There is a very good diagram of a split charge circuit >> Here <<. 
Using the diagram as a guide you will need to locate the relay and then using a volmeter ( digital multimeter) check that 12v (13+) is available at the terminal marked "87" on the relay. Test between pin 87 and the chassis. It may also be possible to hear/feel the relay latching in when the engine is started and the altenator starts to charge.

The relay which will look something like this 








often there will be two relays mounted together, one for the split charge another controlling the 12v power to the fridge.

It could be anywhere between the Altenator and the battery but common locations are next to the vehicle battery or under one of the seats in the cab.... lets hope someone knows your van and can help otherwise it is just a case of tracing the wires...

best of luck

mike


----------



## freewheeler

Many thanks Spykal, brilliant info. Something to do when it warms up enough to crawl around the engine and underneath. 
I love a mystery. 
I will report back once I find something.


----------



## freewheeler

Still struggling with this. Today I crawled around and found the following: 
Coming directly off the battery were 4 extra cables including one thick red and one thick black. (I think one of the others was for the electric step?) These then ran into a loop with fuses and then ran under the van and further into the m/h without any breaks/connections/fuses/relays etc. With engine running there WAS power beyond the fuse. 

I then tracked these cables back. At the leisure battery end there is one thick red and one thick black connected to the leisure battery. There is NO power at the battery. On the red cable before the battery there is an in-line fuse - there is NO power before or after the in-line fuse. 

The difficult bit is in the middle. Both ends of the thick black and thick red disappear in to the m/h and up into the power centre where the MCB, control panel and charger are. Once they go into there it gets very complicated, cramped and difficult to track 

I cannot see any relays and cannot see any other cables e.g running from alternator back the leisure battery. 

I am not sure what to do next apart from delve into all the cables in the control centre area. Every fuse I have found I have checked and double checked. Every block connector I have clicked to make sure of good connection. 

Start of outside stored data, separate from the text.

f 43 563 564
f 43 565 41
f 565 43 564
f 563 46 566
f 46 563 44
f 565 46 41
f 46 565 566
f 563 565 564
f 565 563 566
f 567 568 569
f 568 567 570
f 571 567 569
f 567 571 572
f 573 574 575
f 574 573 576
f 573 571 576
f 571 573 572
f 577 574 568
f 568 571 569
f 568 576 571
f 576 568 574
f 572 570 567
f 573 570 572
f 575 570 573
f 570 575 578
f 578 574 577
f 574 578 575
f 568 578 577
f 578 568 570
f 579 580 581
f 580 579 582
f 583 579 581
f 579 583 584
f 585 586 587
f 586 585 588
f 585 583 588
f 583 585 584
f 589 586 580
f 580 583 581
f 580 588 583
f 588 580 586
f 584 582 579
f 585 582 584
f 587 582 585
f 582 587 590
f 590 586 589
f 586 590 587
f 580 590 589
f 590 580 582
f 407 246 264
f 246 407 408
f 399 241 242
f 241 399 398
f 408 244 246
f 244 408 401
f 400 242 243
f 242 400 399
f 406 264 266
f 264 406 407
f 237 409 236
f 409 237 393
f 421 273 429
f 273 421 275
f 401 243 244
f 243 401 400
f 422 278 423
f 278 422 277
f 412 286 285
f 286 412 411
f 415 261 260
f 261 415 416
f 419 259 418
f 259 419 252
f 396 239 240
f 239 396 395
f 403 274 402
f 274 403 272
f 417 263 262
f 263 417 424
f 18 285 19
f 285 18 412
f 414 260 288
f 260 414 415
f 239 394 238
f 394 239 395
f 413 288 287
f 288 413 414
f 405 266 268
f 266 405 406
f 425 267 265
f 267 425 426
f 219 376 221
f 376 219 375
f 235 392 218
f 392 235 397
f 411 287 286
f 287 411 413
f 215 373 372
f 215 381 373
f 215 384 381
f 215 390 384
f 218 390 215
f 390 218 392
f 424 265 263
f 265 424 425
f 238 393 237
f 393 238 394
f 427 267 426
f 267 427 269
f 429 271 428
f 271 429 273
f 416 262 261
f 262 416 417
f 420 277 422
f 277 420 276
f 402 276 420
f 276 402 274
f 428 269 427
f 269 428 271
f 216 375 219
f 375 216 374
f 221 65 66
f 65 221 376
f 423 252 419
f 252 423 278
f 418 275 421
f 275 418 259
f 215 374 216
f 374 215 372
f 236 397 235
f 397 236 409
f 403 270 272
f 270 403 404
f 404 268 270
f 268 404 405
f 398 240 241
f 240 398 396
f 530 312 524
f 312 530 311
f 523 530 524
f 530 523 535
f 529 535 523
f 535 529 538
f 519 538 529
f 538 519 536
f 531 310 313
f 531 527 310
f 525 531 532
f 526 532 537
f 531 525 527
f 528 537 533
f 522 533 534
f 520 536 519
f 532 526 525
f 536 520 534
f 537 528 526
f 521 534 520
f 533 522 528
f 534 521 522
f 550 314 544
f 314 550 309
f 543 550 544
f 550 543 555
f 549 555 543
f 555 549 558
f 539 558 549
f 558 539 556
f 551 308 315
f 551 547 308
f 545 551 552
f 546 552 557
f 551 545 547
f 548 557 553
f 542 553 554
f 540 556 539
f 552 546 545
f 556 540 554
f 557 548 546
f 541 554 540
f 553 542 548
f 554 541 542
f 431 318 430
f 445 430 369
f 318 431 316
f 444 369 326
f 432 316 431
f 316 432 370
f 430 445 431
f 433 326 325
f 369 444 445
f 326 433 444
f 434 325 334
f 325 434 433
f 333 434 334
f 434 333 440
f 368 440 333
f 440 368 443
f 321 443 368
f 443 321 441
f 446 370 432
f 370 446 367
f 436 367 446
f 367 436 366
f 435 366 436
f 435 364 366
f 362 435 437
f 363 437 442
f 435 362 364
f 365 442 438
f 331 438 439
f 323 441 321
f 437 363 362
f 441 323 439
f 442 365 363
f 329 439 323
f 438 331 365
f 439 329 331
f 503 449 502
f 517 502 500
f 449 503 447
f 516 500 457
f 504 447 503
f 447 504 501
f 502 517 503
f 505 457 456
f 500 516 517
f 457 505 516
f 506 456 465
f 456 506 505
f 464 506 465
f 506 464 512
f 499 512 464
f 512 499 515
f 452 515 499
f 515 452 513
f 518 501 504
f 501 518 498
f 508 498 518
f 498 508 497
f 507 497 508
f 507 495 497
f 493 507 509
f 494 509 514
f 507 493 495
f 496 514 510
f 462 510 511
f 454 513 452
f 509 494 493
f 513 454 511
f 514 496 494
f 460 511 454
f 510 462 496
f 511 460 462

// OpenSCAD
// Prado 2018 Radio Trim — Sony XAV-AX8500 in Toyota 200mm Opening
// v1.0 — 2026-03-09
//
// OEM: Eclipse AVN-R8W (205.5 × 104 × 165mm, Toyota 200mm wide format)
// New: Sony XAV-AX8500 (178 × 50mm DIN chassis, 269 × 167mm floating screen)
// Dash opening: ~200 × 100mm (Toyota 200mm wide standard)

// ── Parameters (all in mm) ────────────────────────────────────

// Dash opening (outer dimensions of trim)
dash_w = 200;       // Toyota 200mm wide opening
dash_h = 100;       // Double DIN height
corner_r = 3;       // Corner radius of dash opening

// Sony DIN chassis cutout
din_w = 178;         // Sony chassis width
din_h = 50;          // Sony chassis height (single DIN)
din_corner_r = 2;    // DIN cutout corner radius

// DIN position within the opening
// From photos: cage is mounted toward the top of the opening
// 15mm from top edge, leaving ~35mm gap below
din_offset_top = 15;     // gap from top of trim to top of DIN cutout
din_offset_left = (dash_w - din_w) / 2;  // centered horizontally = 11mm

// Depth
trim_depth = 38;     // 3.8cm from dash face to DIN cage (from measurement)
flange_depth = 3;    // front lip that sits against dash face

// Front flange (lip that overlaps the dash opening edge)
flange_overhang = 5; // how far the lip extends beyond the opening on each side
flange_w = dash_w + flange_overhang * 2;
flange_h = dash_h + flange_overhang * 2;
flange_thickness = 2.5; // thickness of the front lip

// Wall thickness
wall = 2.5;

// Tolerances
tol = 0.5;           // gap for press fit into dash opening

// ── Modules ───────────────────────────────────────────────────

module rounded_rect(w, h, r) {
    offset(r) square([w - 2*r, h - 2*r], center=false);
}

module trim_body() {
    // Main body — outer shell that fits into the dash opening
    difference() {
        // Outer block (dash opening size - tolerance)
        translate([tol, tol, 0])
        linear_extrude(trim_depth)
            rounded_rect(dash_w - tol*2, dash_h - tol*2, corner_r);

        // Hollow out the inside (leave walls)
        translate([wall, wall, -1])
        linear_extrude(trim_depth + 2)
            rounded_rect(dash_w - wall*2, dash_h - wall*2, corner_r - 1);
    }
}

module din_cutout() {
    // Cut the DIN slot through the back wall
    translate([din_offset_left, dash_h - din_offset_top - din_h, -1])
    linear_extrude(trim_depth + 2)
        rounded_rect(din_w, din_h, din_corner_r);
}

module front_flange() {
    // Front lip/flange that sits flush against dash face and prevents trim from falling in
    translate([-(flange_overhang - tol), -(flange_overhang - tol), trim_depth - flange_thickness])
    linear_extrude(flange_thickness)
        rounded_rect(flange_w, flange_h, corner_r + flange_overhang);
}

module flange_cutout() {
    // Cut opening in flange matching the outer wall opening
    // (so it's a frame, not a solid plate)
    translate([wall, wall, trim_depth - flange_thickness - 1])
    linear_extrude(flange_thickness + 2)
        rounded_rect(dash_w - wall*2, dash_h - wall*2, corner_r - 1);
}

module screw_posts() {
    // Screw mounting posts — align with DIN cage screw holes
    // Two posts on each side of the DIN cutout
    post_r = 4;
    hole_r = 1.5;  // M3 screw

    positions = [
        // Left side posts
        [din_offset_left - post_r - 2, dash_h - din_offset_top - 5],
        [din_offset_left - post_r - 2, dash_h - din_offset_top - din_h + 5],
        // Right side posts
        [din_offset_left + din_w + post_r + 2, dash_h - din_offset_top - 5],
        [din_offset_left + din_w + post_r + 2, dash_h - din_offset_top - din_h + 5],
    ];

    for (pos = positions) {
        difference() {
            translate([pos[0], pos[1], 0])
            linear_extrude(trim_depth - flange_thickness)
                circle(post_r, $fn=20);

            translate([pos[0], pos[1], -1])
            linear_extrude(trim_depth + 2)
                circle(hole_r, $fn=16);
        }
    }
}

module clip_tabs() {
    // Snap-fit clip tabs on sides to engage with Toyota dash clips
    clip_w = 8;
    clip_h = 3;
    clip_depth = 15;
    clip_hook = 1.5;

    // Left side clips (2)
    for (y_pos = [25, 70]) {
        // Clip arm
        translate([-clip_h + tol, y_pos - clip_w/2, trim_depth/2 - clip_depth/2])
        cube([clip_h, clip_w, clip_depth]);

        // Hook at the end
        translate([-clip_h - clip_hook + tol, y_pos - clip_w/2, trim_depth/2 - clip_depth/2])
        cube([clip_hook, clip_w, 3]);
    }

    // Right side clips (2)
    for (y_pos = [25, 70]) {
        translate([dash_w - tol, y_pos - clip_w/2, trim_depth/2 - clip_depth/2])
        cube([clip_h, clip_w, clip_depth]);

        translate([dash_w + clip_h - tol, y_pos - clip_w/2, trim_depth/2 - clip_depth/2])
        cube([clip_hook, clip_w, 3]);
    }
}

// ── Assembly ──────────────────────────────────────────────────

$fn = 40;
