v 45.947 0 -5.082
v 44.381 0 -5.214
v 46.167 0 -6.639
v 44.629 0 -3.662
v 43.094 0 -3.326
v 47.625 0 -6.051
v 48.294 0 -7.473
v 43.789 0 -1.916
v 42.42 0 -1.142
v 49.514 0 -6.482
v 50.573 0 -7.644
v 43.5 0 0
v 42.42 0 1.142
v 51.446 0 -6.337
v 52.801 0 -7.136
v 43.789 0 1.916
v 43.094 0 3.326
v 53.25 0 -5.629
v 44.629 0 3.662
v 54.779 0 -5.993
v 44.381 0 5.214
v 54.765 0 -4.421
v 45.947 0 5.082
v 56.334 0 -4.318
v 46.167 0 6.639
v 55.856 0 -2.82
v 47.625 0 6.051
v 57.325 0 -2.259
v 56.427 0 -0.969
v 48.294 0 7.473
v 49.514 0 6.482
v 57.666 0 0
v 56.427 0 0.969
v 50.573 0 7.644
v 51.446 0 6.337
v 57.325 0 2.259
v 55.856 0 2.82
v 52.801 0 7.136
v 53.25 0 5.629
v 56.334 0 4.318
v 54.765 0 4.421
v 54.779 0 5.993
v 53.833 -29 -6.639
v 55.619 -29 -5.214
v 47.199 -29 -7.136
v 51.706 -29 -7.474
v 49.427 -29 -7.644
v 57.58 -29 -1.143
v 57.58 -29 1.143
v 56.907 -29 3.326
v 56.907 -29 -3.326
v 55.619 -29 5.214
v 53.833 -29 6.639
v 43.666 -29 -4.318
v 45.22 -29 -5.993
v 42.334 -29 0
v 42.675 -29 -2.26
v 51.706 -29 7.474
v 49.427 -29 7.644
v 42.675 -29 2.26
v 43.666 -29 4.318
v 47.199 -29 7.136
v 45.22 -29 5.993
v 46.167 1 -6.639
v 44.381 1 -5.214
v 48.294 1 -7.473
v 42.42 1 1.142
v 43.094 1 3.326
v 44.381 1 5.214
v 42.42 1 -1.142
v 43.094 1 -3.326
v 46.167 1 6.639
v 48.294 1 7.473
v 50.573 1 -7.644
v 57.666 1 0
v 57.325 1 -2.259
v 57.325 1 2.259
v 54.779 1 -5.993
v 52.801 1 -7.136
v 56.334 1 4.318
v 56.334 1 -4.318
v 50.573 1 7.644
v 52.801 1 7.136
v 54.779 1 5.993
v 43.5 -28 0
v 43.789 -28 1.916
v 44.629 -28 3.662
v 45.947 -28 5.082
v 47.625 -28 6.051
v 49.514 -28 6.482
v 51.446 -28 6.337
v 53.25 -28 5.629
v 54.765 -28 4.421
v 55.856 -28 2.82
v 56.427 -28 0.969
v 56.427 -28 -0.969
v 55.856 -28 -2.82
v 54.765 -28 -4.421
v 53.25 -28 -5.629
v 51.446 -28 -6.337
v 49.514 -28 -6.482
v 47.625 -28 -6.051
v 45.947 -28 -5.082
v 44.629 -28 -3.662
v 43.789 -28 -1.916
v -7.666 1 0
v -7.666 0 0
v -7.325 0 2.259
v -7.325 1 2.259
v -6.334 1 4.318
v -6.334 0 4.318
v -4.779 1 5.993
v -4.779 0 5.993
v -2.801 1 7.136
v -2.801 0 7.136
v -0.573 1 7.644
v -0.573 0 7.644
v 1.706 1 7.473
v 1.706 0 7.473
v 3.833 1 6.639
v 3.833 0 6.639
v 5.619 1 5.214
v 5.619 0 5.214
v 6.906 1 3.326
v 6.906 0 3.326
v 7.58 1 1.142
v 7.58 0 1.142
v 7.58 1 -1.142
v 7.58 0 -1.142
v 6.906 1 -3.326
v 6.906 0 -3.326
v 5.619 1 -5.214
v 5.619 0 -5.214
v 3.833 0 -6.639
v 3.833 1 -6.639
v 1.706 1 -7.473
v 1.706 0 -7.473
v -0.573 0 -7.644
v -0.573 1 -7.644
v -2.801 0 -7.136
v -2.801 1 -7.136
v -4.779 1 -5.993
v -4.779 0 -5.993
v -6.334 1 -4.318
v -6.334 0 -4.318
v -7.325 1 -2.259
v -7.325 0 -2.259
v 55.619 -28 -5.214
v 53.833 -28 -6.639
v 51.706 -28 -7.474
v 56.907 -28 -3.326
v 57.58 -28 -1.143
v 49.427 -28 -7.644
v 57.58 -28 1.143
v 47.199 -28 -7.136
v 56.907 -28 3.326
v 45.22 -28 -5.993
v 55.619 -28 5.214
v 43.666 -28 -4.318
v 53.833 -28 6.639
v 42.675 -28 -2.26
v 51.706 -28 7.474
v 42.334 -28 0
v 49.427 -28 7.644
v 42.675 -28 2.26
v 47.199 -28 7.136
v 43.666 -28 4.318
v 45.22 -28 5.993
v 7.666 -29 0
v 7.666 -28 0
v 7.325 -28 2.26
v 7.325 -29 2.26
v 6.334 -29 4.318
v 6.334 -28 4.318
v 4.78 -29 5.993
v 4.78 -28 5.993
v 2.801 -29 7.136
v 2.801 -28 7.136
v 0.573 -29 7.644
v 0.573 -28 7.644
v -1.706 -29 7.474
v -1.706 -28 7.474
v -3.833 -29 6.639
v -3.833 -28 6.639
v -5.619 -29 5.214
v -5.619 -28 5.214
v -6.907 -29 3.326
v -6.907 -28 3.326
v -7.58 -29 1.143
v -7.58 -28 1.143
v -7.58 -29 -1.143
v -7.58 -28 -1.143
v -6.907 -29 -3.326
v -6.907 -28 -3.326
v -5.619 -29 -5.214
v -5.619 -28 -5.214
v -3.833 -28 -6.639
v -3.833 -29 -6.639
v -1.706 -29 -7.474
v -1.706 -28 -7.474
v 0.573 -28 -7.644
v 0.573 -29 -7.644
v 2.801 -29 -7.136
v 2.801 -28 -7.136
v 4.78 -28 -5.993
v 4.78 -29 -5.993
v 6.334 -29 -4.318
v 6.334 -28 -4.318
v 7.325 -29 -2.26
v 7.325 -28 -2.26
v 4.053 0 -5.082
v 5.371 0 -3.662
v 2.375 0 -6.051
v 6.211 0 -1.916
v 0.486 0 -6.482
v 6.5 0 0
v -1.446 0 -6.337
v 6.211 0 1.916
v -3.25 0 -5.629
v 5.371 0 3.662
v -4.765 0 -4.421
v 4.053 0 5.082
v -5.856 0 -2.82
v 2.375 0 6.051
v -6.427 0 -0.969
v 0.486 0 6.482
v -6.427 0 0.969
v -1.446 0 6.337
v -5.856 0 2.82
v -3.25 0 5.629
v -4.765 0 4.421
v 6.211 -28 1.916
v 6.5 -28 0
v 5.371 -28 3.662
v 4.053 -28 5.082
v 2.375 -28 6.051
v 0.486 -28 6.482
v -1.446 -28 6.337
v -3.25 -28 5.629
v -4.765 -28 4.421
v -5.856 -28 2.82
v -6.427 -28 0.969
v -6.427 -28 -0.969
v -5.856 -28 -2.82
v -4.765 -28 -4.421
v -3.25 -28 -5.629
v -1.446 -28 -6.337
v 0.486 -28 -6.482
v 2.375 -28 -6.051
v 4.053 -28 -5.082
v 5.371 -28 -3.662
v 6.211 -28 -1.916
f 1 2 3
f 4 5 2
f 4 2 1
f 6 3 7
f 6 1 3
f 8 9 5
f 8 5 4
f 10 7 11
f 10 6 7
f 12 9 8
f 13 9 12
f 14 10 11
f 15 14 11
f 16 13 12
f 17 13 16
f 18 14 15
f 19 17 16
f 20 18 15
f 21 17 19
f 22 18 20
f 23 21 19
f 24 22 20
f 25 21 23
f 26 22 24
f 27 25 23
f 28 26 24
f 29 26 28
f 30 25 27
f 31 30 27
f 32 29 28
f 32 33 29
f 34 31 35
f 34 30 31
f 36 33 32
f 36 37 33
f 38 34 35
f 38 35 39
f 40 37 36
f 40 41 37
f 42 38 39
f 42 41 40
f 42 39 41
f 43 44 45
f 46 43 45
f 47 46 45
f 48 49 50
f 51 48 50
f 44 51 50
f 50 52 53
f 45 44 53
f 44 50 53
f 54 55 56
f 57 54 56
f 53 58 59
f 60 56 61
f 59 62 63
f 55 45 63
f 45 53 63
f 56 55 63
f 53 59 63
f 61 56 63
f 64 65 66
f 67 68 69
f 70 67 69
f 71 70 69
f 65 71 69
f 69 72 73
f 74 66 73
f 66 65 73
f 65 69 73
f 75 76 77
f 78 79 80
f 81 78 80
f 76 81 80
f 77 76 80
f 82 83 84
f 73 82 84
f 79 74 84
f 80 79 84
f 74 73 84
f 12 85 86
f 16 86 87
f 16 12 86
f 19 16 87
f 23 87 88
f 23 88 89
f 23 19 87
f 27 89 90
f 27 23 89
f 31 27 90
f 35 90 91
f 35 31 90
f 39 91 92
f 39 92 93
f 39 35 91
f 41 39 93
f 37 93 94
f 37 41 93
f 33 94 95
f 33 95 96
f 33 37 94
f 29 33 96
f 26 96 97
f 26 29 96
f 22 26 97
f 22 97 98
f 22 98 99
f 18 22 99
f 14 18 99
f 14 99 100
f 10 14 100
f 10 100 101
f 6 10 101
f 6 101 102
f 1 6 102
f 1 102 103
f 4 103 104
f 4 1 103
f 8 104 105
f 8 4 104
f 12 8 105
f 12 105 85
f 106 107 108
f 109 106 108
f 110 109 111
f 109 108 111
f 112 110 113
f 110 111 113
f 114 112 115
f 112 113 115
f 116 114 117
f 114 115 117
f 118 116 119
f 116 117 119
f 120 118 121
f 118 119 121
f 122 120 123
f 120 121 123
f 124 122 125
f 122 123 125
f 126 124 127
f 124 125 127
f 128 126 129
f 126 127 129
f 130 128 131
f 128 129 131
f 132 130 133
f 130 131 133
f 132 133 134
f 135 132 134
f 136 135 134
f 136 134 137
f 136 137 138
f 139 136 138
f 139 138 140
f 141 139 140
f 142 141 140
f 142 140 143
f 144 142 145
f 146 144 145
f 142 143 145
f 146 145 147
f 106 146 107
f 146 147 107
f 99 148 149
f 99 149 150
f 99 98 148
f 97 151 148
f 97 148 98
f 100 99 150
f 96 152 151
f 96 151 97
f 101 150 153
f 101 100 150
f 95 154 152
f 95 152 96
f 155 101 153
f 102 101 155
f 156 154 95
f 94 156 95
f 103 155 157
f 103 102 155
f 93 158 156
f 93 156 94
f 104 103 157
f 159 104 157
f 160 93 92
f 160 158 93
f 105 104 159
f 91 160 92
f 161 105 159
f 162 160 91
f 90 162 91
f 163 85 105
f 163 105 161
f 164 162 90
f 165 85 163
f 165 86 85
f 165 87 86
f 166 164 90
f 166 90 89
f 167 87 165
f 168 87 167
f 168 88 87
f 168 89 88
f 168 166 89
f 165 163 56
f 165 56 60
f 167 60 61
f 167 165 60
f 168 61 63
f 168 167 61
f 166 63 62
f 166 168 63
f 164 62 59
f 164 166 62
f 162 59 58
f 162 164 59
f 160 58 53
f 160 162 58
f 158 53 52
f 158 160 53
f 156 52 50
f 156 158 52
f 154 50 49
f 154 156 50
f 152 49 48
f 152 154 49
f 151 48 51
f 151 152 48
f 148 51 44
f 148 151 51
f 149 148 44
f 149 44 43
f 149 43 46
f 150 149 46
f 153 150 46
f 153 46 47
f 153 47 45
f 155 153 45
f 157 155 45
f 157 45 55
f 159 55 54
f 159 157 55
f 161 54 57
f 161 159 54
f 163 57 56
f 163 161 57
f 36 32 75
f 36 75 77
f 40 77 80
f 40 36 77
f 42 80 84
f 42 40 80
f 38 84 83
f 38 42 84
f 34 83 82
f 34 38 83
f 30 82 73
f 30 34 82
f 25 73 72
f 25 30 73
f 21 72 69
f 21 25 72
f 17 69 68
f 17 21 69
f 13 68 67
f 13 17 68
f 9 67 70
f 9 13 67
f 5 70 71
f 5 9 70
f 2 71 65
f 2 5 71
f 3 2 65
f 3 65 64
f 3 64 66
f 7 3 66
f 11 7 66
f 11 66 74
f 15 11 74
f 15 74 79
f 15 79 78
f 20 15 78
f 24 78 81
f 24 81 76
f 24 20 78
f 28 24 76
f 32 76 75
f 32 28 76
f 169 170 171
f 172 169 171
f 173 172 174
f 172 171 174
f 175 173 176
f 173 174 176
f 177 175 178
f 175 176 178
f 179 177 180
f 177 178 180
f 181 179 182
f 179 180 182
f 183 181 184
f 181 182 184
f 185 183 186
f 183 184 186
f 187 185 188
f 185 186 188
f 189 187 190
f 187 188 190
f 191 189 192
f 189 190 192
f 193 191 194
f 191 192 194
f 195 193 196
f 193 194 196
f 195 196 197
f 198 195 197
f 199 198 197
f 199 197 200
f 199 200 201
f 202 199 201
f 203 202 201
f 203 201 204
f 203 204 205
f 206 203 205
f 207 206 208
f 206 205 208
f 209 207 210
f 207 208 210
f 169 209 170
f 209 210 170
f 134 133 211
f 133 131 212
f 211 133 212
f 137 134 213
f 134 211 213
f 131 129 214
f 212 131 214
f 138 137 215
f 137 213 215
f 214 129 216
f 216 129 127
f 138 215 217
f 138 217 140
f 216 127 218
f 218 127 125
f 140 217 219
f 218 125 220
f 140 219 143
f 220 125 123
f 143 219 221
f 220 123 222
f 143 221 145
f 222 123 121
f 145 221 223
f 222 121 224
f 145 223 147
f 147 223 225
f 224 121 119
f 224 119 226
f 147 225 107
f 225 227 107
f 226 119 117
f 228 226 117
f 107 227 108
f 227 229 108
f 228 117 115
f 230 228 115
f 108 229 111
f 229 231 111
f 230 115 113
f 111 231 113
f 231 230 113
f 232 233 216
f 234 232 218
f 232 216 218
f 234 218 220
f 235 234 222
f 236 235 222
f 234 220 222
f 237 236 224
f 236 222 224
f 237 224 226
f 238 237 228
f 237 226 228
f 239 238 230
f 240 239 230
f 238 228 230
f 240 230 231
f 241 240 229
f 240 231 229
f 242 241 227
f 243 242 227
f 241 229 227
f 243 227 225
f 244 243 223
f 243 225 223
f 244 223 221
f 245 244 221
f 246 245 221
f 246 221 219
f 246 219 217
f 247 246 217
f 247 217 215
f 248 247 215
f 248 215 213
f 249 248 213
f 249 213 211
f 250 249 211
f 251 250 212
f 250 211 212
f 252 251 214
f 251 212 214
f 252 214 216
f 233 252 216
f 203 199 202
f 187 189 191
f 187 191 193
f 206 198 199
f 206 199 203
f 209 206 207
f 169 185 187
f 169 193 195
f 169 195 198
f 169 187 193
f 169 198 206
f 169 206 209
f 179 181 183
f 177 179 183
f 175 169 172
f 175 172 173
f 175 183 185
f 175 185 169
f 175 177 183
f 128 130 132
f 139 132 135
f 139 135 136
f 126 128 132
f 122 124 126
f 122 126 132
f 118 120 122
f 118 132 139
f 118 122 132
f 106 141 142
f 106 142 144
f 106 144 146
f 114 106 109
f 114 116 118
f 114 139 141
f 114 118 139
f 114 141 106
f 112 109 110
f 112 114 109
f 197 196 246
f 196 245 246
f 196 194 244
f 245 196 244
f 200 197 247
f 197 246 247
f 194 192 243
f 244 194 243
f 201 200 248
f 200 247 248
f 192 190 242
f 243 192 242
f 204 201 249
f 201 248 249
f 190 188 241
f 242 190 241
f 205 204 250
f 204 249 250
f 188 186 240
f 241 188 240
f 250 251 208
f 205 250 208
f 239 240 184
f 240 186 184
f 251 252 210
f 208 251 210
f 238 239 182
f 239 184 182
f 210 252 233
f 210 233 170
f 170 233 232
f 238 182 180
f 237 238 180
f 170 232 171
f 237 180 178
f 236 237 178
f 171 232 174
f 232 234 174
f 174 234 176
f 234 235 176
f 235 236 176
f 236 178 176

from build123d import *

# Parameters (mm, degrees)
F0_R     = 6.5
F1_DEPTH = 28
F2_R     = 7.665742
F4_DEPTH = 1
F3_R     = 7.6655
F5_DEPTH = 1


with BuildPart() as f1:
    # F0 (on Front) → F1 (new body)
    with BuildSketch(Plane.XZ):
        Circle(F0_R)
    extrude(amount=F1_DEPTH)

    # F2 (on face) → F4 (join)
    with BuildSketch(Plane.XZ.offset(28)):
        Circle(F2_R)
    extrude(amount=F4_DEPTH)

    # F3 (on face) → F5 (join)
    with BuildSketch(Plane(origin=(0, 0, 0), x_dir=(-1, 0, 0), z_dir=(0, 1, 0))):
        Circle(F3_R)
    extrude(amount=F5_DEPTH)


with BuildPart() as f7_1:
    # F7: instance of F1
    add(f1.part.mirror(Plane.YZ.offset(25)))


solid = Compound([f1.part, f7_1.part])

If anyone has anymore clues I would gratefully listen. Thanks.


----------



## freewheeler

If Spykal is on-line I would really appreciate your thoughts on this, or any others who might have knowledge on this problem.

Thanks.


----------



## spykal

freewheeler said:


> snipped: The difficult bit is in the middle. Both ends of the thick black and thick red disappear in to the m/h and up into the power centre where the MCB, control panel and charger are. Once they go into there it gets very complicated, cramped and difficult to track
> I cannot see any relays and cannot see any other cables e.g running from alternator back the leisure battery. .


Hi Freewheeler

It sounds like you have had an "interesting" few days...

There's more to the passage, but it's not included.